Bon, à partir de maintenant, je résume sévère car j'en ai un peu marre de ce billet qui menace de n'en plus finir.
– Le sportif et l'intello compréhensif se font zigouiller très vite, la rousse reste toute seule ; elle plonge dans le lac qui se trouvait là mais est rattrapée sur le débarcadère par un zombi qui sait nager.
– Le drogué que l'on croyait mort surgit par derrière et lui sauve la vie.
– Au même moment, ça commence à paniquer dans le labo car il ne faut absolument pas (nous apprend le sous-chef) que le drogué s'en sorte : seule la rousse peut à la rigueur s'en tirer, parce qu'elle est vierge (le scénario s'obscurcit quelque peu).
– Non seulement le drogué est vivant, mais il entraîne la rousse par une trappe dissimulée sous la mousse (oui, je sais…). La fille est très surprise de déboucher dans un ascenseur ultra-moderne ; le spectateur comprend qu'ils sont désormais à l'intérieur même du labo, sous la cabane en rondins.

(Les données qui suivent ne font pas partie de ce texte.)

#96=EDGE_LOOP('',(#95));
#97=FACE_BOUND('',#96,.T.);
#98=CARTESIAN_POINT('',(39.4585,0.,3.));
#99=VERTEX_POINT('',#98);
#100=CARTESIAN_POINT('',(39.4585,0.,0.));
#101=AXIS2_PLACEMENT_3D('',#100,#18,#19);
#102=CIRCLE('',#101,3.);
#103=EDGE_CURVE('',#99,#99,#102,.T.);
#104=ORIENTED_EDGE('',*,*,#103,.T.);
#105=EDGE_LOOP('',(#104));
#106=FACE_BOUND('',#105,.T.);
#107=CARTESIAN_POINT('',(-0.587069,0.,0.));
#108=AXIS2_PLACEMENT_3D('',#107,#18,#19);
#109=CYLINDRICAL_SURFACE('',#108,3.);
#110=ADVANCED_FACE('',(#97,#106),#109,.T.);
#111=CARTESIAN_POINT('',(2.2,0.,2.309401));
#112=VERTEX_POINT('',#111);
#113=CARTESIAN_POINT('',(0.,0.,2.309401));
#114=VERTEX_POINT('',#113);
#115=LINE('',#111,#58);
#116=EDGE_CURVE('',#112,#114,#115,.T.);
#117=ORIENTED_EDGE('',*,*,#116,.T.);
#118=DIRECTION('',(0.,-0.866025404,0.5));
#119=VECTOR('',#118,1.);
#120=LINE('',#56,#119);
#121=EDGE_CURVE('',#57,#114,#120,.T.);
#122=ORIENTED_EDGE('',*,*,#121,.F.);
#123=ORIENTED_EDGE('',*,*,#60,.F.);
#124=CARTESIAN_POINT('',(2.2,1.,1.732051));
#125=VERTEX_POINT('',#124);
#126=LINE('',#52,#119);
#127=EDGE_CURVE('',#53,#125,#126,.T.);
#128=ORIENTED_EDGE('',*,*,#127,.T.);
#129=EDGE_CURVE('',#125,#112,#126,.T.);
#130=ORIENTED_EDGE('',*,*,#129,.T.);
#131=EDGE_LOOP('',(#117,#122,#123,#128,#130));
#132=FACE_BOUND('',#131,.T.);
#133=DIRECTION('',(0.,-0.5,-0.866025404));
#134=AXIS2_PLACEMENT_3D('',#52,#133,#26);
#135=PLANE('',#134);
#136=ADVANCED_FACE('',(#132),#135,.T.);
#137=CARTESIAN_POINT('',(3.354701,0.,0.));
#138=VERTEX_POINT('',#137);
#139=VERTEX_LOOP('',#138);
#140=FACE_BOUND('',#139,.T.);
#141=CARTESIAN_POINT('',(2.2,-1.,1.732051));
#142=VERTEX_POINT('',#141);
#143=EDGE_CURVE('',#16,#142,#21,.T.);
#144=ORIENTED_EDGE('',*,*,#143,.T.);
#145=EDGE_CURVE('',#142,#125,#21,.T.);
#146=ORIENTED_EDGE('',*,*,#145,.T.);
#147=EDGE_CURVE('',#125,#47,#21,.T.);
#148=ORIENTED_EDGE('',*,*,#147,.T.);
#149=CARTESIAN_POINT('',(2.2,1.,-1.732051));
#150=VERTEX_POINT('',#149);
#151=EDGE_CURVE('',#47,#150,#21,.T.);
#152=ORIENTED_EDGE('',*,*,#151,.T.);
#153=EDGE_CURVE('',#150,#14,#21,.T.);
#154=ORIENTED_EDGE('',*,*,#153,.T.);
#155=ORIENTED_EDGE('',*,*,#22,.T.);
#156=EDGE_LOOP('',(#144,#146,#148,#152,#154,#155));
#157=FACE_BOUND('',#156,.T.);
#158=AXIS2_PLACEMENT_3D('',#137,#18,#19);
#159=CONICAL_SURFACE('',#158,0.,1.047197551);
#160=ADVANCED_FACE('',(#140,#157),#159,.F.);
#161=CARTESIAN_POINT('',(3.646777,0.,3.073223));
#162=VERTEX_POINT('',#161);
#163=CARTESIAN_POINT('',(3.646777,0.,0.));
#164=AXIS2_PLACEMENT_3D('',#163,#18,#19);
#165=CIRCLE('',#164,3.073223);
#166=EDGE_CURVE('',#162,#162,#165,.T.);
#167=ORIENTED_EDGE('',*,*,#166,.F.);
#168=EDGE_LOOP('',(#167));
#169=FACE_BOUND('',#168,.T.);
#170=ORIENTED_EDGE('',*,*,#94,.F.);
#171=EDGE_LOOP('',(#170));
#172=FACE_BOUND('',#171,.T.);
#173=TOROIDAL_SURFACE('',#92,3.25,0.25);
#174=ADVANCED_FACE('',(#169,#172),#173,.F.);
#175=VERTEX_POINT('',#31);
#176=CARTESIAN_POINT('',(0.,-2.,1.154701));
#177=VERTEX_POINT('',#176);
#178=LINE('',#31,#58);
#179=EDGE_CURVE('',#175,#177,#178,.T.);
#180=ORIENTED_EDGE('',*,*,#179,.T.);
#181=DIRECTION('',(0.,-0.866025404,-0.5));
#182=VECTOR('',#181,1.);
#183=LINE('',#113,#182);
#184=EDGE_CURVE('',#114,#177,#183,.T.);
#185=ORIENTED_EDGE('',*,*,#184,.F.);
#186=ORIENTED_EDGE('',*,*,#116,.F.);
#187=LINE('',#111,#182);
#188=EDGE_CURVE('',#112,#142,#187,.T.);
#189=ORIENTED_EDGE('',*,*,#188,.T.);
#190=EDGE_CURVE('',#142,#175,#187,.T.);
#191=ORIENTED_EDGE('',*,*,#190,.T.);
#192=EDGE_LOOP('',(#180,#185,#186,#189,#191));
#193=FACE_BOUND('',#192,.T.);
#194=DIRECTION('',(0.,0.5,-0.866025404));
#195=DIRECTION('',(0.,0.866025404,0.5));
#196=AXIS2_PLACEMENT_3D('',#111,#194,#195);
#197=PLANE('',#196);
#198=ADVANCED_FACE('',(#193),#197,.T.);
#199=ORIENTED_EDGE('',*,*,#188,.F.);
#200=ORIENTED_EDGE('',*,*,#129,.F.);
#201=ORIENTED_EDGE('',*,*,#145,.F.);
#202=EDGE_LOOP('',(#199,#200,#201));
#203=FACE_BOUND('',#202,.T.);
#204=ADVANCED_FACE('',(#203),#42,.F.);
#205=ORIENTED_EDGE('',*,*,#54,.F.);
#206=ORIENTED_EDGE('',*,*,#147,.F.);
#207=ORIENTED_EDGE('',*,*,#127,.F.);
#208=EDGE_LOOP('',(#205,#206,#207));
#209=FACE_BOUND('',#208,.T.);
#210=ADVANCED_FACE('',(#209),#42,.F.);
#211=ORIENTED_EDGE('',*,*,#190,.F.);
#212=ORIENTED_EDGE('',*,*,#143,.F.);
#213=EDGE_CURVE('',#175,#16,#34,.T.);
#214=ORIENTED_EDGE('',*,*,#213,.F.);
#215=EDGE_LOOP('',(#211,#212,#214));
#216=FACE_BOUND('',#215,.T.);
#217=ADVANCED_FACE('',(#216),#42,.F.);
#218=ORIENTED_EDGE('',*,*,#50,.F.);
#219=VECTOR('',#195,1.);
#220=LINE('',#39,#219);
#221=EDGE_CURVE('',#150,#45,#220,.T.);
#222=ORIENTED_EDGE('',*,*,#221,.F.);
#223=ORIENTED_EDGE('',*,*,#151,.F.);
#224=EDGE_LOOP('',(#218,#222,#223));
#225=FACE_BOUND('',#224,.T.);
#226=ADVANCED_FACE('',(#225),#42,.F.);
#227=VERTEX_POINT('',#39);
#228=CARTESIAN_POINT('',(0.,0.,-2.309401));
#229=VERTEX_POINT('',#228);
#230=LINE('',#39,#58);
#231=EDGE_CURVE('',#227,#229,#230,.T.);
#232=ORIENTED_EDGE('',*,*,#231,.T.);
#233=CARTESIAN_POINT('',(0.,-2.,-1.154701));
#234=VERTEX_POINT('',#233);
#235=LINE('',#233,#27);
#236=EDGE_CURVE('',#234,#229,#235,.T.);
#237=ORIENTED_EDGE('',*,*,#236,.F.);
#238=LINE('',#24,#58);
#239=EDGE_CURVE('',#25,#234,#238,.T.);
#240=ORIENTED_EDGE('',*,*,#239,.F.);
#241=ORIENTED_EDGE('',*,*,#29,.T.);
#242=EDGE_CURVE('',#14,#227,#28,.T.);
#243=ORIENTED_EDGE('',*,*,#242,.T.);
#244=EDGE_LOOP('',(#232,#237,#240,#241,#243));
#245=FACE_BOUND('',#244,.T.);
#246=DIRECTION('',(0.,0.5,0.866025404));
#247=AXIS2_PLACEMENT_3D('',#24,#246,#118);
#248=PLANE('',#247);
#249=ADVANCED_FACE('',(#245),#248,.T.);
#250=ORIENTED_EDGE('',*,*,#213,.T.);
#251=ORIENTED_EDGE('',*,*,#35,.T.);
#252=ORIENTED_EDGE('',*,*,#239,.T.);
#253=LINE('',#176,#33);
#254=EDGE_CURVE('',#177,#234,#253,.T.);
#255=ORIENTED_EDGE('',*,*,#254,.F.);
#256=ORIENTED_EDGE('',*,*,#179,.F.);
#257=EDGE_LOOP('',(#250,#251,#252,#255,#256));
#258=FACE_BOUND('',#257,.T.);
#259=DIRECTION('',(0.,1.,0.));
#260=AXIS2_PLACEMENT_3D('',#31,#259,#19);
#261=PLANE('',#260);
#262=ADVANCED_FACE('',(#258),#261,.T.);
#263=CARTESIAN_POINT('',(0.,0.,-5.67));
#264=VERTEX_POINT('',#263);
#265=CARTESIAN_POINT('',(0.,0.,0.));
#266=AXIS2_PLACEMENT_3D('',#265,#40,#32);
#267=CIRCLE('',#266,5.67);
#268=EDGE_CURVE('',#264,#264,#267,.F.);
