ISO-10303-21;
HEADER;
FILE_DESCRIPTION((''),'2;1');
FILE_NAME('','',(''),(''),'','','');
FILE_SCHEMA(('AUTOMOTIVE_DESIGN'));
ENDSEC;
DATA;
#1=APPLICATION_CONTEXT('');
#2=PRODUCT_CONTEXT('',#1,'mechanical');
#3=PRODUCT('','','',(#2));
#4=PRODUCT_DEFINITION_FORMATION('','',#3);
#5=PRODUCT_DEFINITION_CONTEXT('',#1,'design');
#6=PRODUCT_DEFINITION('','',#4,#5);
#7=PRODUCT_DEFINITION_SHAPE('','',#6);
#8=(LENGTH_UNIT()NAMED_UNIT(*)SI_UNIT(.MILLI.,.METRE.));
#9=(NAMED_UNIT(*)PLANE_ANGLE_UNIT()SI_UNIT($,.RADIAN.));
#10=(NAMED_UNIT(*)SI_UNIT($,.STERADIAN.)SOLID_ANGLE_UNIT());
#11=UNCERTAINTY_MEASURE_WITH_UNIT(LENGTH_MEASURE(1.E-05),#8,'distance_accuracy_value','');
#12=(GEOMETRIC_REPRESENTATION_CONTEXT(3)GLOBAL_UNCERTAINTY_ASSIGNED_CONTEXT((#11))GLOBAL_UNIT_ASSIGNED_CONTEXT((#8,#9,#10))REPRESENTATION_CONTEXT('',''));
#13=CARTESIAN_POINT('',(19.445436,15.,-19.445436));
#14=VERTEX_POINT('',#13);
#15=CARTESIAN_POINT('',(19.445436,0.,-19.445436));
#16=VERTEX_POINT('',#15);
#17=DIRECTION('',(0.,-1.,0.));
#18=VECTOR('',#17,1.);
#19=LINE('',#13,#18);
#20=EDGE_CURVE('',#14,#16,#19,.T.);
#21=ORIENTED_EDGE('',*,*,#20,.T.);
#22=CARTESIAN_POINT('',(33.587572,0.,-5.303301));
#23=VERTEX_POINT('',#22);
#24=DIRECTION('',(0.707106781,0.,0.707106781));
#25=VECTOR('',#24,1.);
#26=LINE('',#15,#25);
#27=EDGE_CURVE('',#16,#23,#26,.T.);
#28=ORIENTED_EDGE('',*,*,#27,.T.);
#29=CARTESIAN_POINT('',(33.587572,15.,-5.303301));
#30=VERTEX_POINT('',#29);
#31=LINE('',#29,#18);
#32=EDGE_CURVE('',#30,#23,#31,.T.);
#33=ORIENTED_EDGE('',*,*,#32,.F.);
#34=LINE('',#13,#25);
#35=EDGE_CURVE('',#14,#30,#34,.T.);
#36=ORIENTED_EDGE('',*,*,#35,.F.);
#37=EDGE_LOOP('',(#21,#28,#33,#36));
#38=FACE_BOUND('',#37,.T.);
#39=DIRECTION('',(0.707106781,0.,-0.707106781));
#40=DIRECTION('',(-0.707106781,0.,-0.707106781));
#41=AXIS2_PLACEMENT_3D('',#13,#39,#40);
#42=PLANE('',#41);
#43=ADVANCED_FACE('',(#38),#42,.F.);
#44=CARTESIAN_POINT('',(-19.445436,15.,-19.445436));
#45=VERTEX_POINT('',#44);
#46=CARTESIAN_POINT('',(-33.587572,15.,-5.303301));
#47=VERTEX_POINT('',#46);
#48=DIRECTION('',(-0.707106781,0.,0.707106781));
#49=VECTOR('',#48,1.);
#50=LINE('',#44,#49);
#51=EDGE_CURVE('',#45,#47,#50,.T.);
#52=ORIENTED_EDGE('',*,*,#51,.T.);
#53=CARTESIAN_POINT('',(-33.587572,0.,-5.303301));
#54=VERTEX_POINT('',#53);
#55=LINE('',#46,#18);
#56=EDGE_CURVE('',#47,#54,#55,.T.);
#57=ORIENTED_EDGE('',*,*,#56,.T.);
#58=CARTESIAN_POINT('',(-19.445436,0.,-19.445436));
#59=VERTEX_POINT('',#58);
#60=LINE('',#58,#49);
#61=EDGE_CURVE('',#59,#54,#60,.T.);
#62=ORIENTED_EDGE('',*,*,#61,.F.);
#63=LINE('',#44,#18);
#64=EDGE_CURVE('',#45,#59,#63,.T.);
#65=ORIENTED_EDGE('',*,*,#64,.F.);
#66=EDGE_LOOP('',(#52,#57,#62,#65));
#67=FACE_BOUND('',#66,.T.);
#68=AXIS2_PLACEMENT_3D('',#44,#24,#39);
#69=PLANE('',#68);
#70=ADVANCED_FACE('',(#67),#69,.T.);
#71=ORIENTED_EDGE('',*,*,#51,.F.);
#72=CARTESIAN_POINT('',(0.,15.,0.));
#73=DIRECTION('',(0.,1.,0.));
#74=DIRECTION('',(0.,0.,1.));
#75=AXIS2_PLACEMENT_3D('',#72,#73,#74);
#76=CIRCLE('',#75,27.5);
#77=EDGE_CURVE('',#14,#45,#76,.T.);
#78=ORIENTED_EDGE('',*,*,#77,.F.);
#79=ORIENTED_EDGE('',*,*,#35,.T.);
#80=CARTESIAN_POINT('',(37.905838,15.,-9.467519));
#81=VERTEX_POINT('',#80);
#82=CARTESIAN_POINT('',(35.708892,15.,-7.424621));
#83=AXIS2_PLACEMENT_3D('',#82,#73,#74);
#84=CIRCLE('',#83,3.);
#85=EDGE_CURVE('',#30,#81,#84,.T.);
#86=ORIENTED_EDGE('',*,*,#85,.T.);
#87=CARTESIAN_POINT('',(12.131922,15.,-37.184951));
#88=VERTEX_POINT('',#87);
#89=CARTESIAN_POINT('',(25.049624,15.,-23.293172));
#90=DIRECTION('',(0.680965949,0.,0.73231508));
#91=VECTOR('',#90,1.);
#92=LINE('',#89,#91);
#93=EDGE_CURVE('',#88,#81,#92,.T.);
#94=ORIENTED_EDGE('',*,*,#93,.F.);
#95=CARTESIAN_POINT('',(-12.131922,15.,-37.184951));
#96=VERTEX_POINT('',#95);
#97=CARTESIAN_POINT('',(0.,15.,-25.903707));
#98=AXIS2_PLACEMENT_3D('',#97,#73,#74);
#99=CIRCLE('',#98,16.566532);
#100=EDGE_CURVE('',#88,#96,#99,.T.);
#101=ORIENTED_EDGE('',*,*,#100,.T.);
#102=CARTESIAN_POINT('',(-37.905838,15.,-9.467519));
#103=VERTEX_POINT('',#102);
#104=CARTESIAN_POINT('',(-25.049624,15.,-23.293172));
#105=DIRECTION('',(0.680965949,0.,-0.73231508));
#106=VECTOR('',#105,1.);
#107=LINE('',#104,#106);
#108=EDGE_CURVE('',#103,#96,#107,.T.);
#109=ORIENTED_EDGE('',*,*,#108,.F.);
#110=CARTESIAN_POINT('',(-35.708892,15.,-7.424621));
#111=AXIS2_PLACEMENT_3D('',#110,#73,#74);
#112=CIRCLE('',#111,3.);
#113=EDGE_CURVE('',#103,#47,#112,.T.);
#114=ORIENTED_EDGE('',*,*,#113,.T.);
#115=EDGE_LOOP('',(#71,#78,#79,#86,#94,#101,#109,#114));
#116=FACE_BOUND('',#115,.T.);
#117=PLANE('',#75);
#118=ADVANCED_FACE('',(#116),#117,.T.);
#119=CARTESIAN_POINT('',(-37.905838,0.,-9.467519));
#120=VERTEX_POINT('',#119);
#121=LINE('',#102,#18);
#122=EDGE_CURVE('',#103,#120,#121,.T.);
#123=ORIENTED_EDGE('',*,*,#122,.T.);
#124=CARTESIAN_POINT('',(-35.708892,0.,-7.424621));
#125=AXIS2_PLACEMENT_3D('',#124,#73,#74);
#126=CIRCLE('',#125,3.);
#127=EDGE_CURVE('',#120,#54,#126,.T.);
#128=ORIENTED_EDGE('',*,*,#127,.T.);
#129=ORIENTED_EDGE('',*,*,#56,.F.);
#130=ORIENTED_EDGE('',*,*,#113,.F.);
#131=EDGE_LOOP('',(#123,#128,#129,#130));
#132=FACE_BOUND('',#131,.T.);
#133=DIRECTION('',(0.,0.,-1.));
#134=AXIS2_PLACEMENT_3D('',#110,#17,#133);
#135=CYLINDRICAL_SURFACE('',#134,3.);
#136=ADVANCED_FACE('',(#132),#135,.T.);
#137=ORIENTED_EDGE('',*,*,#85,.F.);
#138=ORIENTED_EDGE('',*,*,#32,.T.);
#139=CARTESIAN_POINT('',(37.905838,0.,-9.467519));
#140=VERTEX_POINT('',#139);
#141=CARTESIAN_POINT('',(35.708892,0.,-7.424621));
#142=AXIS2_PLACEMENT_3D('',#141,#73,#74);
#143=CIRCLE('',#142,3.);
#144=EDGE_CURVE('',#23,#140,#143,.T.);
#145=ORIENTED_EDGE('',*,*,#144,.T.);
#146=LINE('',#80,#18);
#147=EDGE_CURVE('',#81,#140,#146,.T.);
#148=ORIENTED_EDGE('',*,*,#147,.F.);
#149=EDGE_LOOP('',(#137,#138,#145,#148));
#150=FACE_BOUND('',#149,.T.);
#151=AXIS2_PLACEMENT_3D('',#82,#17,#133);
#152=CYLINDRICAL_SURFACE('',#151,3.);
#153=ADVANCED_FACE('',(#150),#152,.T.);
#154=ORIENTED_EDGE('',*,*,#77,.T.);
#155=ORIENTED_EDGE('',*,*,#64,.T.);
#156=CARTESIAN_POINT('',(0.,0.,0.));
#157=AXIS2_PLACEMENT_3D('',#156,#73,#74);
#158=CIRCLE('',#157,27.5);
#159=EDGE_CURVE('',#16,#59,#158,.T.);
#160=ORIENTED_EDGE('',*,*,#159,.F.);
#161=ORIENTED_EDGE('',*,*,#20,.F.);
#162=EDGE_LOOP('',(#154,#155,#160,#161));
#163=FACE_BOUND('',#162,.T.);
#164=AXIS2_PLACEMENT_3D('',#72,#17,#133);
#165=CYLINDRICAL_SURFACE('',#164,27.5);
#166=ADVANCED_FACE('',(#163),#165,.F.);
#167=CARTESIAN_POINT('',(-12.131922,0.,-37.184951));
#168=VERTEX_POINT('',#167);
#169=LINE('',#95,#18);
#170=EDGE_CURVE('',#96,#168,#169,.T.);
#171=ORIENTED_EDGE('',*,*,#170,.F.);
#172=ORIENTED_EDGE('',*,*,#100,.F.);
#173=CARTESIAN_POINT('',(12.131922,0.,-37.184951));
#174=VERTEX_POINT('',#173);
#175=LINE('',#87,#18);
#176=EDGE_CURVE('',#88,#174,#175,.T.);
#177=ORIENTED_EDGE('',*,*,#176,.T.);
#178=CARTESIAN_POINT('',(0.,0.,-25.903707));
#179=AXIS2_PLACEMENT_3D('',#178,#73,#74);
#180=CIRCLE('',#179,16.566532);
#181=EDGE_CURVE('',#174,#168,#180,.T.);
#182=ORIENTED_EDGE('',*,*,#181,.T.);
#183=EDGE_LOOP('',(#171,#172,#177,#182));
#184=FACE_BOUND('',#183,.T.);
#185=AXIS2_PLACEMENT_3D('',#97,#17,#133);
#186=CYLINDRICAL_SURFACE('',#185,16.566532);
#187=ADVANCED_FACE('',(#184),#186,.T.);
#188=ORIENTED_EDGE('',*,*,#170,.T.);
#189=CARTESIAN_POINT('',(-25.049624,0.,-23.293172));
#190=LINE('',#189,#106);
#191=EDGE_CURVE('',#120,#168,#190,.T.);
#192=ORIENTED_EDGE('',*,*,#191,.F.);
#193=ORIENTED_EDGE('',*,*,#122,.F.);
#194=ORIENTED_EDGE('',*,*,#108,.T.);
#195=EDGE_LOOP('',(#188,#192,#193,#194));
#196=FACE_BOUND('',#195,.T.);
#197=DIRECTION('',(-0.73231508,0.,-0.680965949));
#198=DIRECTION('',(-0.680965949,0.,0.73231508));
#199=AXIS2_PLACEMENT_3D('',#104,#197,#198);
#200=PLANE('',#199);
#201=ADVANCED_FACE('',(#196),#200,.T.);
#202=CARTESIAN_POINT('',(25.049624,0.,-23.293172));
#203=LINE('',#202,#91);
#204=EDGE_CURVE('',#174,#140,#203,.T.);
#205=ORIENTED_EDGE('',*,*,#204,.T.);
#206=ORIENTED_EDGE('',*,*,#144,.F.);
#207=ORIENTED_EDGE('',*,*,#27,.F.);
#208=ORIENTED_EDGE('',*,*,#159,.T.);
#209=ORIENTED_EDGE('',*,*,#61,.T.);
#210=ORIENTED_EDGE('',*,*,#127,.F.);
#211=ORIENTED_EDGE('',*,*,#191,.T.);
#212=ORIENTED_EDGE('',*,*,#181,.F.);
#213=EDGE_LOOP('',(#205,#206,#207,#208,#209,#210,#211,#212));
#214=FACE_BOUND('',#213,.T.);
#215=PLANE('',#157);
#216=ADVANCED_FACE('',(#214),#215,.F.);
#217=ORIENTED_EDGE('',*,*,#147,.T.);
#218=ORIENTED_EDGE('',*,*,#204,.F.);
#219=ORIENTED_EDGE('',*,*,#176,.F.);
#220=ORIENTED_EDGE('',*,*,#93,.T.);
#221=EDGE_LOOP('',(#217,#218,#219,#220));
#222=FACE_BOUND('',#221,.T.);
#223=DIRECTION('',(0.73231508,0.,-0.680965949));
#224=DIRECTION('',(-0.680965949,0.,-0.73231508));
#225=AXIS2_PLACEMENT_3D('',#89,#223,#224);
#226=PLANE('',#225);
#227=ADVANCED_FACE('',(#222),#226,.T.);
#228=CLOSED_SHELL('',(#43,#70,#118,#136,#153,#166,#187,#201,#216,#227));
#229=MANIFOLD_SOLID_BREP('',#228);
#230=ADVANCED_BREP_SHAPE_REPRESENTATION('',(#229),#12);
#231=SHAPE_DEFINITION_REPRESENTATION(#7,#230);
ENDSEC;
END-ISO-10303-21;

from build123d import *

# Parameters (mm, degrees)
BOSS_EXTRUDE1_DEPTH = 15


with BuildPart() as part:
    # Sketch1 → Boss-Extrude1 (new body)
    with BuildSketch(Plane(origin=(0, 0, 0), x_dir=(1, 0, 0), z_dir=(0, 1, 0))):
        with BuildLine():
            Line((-19.445436483, 19.445436483), (-33.587572106, 5.303300859))
            ThreePointArc((-33.587572106, 5.303300859), (-37.791344866, 5.265132389), (-37.90583769, 9.467519049))
            Line((-37.90583769, 9.467519049), (-12.131921555, 37.184951157))
            ThreePointArc((-12.131921555, 37.184951157), (0, 42.470239124), (12.131921555, 37.184951157))
            Line((12.131921555, 37.184951157), (37.90583769, 9.467519049))
            ThreePointArc((37.90583769, 9.467519049), (37.791344866, 5.265132389), (33.587572106, 5.303300859))
            Line((33.587572106, 5.303300859), (19.445436483, 19.445436483))
            ThreePointArc((19.445436483, 19.445436483), (0, 27.5), (-19.445436483, 19.445436483))
        make_face()
    extrude(amount=BOSS_EXTRUDE1_DEPTH)


solid = part.part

En plus, le drogué a réussi à trouver la boîte aux plombs et il fait disjoncter un max de trucs.
– Avec l'ascenseur, ils découvrent un gigantesque empilement de gros cubes en verre, il y en a des centaines, chacun contenant un monstre. Cela va des zombis qu'ils connaissent déjà au loup-garou, en passant par le dragon médiéval ou le couple de militants Front de gauche. Comme le chef du labo leur a envoyé une trentaine de soldats surarmés pour les tuer, le drogué appuie sur des boutons lumineux, ce qui ouvre tous les cubes de verre – et les monstres becquetent les soldats de bon appétit. Ensuite, ils s'attaquent aux blouses blanches. Le sous-chef, déjà bien amoché et couché par terre, voit alors s'approcher de lui, gueule béante, l'un des fameux tritons. Ils s'exclame : « O ! Come on ! », et il meurt.
– Il ne reste plus que le drogué et la rousse, dans une salle immense et pentagonale. On entend des bruits et des grognements. Le réalisateur, s'avisant qu'il ne lui reste que cinq minutes de bobine, fait entrer Sigourney Weaver par une porte dérobée. Elle explique rapidement que, sous la pièce où ils se trouvent, dans les profondeurs de la terre, sont retenus les Grands Anciens, qui ont régné sur la terre longtemps avant l'homme (le scénariste s'est souvenu d'avoir lu Lovecraft). Ils condescendent à se tenir peinards à condition qu'on leur offre un joli sacrifice une fois l'an, et ce depuis la nuit des temps ou pas loin. Donc, si la rousse – qui a soudain un pistolet en main, on se demande un peu pourquoi, mais en même temps par tant que ça car on commence à avoir envie d'aller se coucher –, si la rousse, disais-je, ne tue pas le drogué illico, les Grands Anciens vont sortir de terre et anéantir l'humanité. La rousse hésite, forcément. Elle soupire : « Ouais, de toute façon, hein, l'humanité… » C'est la minute philosophique.
– Finalement, elle préfère tuer Sigourney Weaver. Le drogué et elle s'asseyent ensuite sur une marche et regardent les blocs de pierre tomber autour d'eux en se prenant par la main. Au dernier plan du film, c'est le début de la fin du monde et de l'humanité : on voit sortir de terre, et exploser le toit de la cabane en rondins, une main prolongée par un avant-bras : le tout fait bien cinquante mètres de haut – écran noir, générique.
J'ai oublié de dire que la blonde du début se prénommait Jules, ce qui n'est pas le moins effrayant de l'histoire.